Acide est un premier roman noir d’une puissance rare qui aspire le lecteur dans cette descente aux enfers. La plume acérée et crue de Victor Dumiot nous immerge dans le psyché de ses personnages, nous fait ressentir leur douleur dans notre propre chair et colle à notre peau leur mal-être poisseux. Acide dérange, oppresse, mais pour une raison que je ne peux m'expliquer, il m'a été impossible de le lâcher. Je n'ai qu'un regret, sa fin qui m'a laissée sur ma faim.

Maintenant que vous êtes averti, à vous de choisir... Pour ma part, j'ai la certitude que Victor Dumiot est un auteur à suivre de près.

Belle lecture !
 

jeudi 31 octobre 2024

Mon avis sur "Ravage" de Ian Manook

Ian Manook est l'un des quatre pseudonymes sous lesquels Patrick Manoukian écrit. Grand voyageur, il a parcouru les États-Unis et le Canada, puis plus tard l'Islande, le Belize et le Brésil.

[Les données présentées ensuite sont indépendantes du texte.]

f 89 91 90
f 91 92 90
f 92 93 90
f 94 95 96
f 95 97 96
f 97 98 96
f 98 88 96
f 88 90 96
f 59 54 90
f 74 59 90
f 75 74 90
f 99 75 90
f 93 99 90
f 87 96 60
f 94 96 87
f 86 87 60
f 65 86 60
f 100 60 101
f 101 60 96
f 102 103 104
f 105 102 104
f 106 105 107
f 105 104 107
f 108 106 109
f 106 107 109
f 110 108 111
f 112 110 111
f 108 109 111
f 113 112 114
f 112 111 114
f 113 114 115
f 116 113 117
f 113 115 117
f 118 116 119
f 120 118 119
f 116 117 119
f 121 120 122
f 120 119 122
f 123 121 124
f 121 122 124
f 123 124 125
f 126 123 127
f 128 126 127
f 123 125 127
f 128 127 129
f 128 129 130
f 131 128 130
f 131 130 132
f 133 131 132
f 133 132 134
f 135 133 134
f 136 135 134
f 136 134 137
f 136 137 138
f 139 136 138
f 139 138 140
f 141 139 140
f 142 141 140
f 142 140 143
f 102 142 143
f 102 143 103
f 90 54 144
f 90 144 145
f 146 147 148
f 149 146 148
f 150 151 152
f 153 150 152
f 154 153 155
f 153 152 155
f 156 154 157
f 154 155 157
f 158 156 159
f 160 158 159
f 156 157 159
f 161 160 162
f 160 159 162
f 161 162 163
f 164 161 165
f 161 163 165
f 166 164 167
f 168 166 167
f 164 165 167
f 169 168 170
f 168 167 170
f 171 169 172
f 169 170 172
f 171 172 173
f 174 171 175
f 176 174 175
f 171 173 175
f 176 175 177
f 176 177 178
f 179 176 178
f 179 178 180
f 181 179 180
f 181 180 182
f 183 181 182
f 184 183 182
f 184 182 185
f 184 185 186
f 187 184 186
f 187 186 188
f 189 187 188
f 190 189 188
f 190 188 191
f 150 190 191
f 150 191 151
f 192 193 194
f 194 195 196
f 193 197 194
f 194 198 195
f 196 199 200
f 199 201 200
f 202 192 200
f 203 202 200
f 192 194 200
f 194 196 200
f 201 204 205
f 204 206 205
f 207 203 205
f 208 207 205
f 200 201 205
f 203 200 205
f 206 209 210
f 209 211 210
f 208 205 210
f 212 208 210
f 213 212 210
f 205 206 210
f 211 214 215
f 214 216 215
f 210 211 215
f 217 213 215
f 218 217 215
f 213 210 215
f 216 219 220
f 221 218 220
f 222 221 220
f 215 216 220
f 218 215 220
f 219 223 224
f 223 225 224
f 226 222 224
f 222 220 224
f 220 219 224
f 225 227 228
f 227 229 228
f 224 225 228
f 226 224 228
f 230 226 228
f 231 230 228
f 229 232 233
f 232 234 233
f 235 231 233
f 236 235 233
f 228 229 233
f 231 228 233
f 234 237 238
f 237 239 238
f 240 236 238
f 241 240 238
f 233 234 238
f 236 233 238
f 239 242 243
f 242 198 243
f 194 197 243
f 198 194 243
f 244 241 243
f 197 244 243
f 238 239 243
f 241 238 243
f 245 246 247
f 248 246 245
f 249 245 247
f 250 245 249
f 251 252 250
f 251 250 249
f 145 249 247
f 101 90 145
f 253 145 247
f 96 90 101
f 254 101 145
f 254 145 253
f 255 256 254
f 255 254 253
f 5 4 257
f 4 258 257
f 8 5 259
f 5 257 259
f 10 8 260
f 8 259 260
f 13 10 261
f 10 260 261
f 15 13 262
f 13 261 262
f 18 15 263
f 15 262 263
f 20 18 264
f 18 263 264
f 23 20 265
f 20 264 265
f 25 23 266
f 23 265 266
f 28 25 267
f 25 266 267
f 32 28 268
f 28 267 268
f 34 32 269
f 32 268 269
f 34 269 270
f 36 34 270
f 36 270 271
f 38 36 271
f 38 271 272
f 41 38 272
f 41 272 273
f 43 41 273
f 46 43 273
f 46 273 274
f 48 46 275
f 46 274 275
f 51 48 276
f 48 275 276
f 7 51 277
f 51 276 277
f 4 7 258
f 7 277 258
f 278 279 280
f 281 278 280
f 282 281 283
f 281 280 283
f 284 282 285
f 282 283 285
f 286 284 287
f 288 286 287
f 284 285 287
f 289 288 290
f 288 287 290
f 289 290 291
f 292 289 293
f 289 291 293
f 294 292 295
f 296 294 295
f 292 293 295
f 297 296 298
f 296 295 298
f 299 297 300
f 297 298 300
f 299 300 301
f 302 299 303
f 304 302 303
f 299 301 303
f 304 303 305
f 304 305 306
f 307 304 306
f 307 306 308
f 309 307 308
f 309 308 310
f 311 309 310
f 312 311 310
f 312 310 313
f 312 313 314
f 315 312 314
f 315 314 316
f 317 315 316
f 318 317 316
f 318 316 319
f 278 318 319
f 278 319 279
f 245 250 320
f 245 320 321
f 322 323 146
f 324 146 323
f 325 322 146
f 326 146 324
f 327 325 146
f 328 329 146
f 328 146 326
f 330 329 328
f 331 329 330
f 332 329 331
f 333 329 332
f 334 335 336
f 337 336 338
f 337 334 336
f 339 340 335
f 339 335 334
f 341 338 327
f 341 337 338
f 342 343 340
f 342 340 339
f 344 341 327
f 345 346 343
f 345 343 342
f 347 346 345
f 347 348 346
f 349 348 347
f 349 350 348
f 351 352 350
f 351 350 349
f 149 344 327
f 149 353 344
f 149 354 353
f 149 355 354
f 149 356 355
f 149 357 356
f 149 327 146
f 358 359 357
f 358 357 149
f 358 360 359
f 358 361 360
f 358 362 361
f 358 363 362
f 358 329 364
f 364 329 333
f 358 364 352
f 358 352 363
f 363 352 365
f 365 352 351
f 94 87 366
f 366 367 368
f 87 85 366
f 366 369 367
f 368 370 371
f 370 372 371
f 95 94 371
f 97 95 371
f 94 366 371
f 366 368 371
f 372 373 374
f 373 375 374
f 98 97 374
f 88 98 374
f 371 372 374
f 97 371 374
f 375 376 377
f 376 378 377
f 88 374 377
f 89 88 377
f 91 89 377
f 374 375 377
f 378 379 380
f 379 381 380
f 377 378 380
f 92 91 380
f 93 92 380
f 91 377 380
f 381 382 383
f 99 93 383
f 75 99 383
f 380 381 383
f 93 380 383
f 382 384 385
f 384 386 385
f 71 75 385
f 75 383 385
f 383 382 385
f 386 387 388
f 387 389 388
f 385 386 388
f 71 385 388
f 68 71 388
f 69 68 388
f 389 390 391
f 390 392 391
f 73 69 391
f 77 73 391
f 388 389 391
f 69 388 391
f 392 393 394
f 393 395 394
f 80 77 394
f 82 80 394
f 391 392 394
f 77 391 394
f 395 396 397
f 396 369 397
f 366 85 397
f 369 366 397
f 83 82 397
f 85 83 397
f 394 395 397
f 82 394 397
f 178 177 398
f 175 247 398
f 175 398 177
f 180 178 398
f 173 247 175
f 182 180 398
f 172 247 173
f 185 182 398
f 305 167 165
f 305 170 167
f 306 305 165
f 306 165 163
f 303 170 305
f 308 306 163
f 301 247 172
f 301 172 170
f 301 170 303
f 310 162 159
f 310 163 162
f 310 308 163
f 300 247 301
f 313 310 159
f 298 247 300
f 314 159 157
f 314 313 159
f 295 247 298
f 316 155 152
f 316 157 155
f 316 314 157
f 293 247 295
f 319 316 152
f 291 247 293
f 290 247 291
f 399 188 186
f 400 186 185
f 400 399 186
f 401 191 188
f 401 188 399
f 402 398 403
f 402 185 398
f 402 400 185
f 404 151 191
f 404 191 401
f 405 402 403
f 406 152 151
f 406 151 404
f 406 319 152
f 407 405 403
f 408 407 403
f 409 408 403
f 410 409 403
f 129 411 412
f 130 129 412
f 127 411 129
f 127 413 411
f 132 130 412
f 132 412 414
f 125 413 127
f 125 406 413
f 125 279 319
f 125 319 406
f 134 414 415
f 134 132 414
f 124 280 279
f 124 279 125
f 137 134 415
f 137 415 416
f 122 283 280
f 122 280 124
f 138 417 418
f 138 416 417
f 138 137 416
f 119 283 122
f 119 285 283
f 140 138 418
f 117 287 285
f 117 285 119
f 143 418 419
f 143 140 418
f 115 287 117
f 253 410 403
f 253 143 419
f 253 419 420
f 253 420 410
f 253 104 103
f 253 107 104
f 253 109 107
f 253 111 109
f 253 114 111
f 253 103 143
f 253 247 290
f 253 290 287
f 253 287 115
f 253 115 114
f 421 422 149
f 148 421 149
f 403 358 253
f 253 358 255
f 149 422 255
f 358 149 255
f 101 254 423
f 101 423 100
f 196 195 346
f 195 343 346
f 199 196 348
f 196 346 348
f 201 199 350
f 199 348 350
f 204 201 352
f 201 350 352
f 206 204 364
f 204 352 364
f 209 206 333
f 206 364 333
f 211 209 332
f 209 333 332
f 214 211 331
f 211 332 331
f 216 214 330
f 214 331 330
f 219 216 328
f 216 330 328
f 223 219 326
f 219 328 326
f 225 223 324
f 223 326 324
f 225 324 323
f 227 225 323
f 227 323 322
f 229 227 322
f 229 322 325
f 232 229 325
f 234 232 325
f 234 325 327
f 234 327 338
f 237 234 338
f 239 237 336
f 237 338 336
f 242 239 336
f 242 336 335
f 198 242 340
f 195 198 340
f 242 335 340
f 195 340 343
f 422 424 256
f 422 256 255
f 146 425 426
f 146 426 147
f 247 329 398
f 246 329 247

Ravage (Éditions Paulsen) est son dernier roman noir sur fond blanc et fait partie de la sélection 2024 de la Bibliothèque Orange.

Red Arctic, hiver 1931. Une meute d'une trentaine d'hommes armés, équipés de traîneaux, d'une centaine de chiens et d'un avion de reconnaissance pourchasse un homme. Un seul. Tout seul. C'est la plus grande traque jamais organisée dans le Grand Nord canadien. Pendant six semaines, à travers blizzards et tempêtes, ces hommes assoiffés de vengeance se lancent sur la piste d'un fugitif qui les fascine. Cette course-poursuite va mettre certains d'eux face à leur propre destin. Car tout prédateur devient un jour la proie de quelqu'un d'autre...
Ravage est inspiré de l'histoire vraie d'Albert Johnson, le trappeur fou de la rivière Rat qui fut l'objet d'une absurde chasse à l'homme à travers les territoires du Grand Nord au Canada plusieurs semaines durant à l'hiver 1931 et qui défraya la chronique.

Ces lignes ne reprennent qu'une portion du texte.